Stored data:
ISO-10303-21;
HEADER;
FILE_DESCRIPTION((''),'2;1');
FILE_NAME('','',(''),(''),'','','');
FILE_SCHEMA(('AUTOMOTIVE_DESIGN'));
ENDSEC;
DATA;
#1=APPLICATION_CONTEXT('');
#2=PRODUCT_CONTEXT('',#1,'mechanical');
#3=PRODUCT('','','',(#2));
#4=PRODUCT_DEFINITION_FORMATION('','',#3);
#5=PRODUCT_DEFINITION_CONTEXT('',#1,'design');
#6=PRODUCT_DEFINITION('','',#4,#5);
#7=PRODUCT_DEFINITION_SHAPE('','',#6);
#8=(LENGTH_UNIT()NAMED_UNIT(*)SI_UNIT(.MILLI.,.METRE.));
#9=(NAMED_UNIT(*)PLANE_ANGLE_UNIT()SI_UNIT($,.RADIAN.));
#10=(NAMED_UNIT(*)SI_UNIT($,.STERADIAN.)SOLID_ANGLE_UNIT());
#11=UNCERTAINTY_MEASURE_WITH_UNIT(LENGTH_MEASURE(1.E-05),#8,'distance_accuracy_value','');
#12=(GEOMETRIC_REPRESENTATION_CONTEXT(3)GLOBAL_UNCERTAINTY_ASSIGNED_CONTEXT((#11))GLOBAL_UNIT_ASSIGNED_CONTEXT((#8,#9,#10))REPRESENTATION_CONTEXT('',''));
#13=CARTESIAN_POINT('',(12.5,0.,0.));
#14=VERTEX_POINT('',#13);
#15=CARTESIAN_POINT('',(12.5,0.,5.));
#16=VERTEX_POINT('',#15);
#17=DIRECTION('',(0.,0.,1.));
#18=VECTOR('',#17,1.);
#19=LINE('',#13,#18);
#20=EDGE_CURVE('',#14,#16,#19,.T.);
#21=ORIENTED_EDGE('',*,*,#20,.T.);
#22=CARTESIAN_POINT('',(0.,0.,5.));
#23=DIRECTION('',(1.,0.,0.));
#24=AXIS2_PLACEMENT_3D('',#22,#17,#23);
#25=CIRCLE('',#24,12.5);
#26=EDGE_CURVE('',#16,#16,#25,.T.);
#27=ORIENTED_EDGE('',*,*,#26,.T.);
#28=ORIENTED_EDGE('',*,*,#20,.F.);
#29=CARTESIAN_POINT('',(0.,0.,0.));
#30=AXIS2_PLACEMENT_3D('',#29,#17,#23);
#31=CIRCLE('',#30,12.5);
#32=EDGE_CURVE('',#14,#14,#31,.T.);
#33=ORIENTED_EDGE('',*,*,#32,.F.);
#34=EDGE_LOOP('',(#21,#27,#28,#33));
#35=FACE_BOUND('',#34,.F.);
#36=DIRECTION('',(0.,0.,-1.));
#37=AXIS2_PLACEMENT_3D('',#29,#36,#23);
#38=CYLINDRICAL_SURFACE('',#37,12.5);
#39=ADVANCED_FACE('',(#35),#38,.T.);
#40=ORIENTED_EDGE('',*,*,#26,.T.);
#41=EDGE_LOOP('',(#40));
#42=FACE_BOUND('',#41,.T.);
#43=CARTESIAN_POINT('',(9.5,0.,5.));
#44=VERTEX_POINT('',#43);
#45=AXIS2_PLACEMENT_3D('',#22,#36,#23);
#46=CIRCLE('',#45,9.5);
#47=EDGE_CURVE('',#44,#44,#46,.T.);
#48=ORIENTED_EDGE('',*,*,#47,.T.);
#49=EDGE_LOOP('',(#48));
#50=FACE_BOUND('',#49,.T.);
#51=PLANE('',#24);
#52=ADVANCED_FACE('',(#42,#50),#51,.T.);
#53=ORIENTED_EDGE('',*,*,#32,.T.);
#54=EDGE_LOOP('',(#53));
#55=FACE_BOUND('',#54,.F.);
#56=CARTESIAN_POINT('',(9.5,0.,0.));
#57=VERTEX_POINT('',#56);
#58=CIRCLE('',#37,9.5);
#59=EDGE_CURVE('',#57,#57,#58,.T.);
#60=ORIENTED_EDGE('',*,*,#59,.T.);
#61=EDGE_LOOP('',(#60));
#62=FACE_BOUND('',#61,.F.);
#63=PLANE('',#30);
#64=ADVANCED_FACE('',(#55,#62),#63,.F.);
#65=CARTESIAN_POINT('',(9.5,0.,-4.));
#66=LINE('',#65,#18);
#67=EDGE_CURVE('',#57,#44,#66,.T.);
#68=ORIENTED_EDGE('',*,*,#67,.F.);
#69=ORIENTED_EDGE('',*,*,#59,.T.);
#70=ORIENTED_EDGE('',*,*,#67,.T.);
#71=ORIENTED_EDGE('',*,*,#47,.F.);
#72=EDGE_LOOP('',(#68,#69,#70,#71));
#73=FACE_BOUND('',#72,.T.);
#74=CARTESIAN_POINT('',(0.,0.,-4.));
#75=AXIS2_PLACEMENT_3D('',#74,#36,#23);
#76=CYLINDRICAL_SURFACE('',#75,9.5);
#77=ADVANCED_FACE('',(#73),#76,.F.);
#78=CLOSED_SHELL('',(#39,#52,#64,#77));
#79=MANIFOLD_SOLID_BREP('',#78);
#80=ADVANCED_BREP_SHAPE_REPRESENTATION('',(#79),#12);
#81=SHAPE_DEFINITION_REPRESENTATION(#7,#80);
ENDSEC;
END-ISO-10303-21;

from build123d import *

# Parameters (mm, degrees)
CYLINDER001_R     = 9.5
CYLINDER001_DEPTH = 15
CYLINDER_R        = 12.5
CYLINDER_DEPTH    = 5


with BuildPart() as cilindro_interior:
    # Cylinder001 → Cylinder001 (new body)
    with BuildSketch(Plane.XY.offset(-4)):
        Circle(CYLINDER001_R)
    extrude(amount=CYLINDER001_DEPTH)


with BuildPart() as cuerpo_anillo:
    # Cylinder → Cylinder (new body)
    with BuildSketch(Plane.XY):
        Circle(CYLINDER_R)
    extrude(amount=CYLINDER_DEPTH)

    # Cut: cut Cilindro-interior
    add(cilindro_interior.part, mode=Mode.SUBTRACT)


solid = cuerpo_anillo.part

--

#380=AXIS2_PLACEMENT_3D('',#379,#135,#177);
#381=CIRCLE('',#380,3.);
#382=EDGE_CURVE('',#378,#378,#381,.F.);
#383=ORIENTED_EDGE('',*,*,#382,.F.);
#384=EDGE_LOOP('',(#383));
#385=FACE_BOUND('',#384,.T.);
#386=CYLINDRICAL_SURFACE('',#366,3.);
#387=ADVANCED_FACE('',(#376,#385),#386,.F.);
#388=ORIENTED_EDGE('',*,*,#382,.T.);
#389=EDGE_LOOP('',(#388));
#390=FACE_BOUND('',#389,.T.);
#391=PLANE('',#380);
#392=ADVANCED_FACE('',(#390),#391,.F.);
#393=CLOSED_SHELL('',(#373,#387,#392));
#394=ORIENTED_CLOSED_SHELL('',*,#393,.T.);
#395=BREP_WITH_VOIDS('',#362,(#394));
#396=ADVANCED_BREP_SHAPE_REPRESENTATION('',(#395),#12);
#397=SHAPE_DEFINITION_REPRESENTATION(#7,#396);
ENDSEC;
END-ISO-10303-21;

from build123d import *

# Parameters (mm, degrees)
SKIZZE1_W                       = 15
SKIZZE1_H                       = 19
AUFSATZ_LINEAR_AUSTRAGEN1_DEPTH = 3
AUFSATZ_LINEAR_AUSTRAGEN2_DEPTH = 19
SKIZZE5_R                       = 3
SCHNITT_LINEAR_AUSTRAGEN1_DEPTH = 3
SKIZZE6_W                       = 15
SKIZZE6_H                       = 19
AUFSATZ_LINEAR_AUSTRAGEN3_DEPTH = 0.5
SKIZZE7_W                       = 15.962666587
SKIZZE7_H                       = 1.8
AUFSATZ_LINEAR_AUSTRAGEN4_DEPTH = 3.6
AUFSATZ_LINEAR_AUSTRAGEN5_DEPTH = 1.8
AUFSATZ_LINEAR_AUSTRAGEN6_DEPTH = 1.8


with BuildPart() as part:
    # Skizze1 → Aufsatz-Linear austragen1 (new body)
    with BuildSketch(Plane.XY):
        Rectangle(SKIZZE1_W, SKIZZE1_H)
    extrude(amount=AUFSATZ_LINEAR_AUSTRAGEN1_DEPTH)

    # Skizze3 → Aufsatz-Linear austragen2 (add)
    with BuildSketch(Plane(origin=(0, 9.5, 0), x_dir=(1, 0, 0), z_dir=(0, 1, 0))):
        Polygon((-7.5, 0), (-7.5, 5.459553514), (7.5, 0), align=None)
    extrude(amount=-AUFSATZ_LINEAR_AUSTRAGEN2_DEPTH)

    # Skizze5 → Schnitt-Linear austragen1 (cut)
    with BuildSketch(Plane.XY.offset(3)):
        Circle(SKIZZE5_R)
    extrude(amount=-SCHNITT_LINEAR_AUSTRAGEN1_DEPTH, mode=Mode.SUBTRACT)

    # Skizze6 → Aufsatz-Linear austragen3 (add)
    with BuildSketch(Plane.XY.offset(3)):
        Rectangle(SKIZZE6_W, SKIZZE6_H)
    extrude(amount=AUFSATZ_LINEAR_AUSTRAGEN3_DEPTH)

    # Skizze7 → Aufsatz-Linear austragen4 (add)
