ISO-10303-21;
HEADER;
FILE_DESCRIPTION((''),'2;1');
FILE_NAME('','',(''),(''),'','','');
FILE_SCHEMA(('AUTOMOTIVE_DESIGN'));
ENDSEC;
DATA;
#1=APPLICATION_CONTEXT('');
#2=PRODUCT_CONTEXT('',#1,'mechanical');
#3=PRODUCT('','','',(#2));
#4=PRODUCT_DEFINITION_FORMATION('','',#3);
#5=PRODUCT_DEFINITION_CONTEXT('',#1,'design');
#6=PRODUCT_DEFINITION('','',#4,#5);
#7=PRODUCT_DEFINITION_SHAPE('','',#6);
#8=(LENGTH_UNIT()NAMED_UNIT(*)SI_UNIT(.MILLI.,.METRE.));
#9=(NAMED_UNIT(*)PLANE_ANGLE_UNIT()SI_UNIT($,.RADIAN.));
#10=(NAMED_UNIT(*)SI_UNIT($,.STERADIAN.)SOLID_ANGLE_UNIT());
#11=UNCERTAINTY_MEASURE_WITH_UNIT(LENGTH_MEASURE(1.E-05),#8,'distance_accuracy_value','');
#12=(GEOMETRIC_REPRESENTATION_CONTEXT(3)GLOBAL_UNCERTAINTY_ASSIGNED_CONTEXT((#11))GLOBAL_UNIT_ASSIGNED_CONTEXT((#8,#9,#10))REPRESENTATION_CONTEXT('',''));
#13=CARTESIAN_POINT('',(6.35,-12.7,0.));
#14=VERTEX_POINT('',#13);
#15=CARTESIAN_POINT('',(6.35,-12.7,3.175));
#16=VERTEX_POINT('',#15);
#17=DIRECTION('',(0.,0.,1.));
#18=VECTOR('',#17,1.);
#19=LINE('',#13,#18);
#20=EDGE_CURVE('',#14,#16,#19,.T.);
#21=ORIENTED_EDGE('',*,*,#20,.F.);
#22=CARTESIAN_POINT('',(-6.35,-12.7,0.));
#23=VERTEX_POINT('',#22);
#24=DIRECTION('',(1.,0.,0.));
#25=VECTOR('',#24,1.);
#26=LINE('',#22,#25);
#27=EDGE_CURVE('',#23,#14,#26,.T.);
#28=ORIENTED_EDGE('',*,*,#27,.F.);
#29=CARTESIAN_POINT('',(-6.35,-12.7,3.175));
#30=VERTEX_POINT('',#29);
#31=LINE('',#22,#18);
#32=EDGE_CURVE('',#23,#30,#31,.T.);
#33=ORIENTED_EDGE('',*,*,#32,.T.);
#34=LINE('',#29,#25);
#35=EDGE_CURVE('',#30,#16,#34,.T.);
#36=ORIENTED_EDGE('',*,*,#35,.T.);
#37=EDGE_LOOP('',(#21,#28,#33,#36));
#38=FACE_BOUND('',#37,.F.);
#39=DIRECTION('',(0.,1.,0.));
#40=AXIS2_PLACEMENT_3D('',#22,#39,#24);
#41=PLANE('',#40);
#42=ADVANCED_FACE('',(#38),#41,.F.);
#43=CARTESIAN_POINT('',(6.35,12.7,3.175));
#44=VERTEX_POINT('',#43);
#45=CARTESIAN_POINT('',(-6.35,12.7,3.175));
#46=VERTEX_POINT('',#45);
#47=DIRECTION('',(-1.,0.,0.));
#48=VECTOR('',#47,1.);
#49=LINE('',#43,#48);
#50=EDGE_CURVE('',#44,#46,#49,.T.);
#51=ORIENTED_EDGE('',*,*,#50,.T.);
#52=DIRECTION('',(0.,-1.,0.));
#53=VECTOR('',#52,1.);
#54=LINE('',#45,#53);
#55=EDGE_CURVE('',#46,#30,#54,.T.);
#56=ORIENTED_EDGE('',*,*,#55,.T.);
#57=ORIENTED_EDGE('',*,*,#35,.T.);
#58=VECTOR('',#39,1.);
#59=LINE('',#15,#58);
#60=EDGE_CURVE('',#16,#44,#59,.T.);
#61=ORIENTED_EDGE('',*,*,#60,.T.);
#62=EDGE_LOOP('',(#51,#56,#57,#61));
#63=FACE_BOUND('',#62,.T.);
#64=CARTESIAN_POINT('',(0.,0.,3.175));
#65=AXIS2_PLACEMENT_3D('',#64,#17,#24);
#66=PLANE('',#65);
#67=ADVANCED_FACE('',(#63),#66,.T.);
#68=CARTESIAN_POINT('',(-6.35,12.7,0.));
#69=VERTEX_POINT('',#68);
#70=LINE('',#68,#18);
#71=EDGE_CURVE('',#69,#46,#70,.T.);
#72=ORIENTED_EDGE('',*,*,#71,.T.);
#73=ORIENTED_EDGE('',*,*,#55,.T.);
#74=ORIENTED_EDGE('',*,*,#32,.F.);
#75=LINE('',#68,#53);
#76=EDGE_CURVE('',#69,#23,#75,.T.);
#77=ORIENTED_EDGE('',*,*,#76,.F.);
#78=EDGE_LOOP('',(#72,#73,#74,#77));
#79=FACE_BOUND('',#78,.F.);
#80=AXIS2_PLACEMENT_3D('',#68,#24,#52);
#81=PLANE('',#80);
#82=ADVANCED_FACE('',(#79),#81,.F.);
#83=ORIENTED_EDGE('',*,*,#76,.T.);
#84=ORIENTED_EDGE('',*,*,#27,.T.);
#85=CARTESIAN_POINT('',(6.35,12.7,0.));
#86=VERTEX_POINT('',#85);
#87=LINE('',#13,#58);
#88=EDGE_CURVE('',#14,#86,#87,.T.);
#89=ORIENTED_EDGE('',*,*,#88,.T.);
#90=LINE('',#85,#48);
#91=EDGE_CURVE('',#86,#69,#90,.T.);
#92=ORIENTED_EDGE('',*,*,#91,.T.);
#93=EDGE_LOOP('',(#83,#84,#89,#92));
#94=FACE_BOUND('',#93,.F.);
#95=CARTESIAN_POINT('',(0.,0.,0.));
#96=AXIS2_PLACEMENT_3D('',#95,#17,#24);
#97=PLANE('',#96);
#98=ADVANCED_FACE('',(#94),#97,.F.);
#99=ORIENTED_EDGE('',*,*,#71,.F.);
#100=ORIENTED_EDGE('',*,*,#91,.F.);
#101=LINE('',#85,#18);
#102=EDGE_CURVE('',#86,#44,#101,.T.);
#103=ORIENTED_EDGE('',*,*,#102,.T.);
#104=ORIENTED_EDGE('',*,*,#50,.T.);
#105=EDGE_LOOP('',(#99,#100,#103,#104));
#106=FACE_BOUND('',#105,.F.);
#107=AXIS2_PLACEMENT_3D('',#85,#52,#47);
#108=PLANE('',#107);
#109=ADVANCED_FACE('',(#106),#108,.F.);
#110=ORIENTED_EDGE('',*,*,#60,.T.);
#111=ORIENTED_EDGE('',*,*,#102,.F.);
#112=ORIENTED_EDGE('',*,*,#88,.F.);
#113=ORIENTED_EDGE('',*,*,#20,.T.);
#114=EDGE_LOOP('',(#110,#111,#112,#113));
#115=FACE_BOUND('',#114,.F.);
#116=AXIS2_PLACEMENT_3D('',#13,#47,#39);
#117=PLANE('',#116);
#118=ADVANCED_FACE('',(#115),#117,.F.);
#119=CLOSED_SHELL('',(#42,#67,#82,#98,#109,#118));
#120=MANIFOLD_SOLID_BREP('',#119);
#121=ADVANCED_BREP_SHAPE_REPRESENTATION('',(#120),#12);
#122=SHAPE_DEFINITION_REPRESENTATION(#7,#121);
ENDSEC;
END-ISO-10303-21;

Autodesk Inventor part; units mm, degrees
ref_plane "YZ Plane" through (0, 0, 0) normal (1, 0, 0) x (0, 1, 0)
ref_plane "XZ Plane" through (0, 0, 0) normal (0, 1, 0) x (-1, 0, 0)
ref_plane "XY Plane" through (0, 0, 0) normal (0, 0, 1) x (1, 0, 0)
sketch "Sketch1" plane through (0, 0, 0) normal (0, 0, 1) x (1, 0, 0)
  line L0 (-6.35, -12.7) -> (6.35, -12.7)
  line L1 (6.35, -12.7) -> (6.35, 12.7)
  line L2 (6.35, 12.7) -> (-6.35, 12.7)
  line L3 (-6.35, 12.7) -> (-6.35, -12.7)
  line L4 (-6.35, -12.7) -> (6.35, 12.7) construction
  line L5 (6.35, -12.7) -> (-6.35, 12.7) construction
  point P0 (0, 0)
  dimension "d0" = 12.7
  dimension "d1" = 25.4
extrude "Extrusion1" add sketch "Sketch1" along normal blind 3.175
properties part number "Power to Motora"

==

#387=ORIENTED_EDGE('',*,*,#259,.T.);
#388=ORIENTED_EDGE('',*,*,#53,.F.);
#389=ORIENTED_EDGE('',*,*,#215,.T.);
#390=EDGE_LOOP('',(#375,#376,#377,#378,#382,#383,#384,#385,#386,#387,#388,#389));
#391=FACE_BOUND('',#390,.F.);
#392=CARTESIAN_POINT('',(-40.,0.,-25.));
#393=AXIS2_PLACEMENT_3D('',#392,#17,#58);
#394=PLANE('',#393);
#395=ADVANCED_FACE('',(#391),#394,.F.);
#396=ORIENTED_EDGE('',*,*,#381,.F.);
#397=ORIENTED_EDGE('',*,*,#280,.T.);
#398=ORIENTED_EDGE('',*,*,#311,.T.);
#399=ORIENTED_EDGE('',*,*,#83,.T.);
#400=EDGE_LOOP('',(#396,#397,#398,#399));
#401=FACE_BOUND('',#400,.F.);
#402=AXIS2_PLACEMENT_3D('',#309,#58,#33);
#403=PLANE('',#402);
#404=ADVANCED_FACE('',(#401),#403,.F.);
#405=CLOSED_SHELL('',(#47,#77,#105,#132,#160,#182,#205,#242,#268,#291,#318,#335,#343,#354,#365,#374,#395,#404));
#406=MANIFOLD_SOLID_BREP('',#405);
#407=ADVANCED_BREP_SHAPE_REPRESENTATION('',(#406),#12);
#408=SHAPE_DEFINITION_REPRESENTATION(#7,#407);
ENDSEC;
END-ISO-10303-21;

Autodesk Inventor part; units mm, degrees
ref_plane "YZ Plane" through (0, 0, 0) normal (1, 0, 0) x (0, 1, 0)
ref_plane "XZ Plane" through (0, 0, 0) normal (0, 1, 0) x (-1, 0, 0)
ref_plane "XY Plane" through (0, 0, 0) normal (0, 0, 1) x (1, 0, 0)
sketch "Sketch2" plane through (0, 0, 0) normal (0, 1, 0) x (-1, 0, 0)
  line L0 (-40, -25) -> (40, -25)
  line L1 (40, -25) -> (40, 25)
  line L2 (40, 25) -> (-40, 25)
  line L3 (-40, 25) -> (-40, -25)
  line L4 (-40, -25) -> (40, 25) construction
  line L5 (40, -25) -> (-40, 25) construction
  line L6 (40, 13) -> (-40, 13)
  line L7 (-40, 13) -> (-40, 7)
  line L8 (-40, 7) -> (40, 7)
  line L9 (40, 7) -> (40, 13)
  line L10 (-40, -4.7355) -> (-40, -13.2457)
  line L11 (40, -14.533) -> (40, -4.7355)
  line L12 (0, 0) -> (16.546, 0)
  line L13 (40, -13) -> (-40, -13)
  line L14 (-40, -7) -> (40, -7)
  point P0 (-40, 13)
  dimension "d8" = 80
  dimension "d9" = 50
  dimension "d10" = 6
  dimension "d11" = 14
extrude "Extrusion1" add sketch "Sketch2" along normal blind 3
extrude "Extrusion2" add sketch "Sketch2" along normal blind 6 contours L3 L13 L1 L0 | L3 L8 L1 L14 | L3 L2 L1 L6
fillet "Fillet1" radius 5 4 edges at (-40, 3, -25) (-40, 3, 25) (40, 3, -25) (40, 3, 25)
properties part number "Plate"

**What you should do**
From the records above, print exactly the lines that run from the line with "#96=AXIS2_PLACEMENT_3D('',#95,#17,#24);" to the line with "#118=ADVANCED_FACE('',(#115),#117,.F.);", inclusive.

**Answer to the problem**
#96=AXIS2_PLACEMENT_3D('',#95,#17,#24);
#97=PLANE('',#96);
#98=ADVANCED_FACE('',(#94),#97,.F.);
#99=ORIENTED_EDGE('',*,*,#71,.F.);
#100=ORIENTED_EDGE('',*,*,#91,.F.);
#101=LINE('',#85,#18);
#102=EDGE_CURVE('',#86,#44,#101,.T.);
#103=ORIENTED_EDGE('',*,*,#102,.T.);
#104=ORIENTED_EDGE('',*,*,#50,.T.);
#105=EDGE_LOOP('',(#99,#100,#103,#104));
#106=FACE_BOUND('',#105,.F.);
#107=AXIS2_PLACEMENT_3D('',#85,#52,#47);
#108=PLANE('',#107);
#109=ADVANCED_FACE('',(#106),#108,.F.);
#110=ORIENTED_EDGE('',*,*,#60,.T.);
#111=ORIENTED_EDGE('',*,*,#102,.F.);
#112=ORIENTED_EDGE('',*,*,#88,.F.);
#113=ORIENTED_EDGE('',*,*,#20,.T.);
#114=EDGE_LOOP('',(#110,#111,#112,#113));
#115=FACE_BOUND('',#114,.F.);
#116=AXIS2_PLACEMENT_3D('',#13,#47,#39);
#117=PLANE('',#116);
#118=ADVANCED_FACE('',(#115),#117,.F.);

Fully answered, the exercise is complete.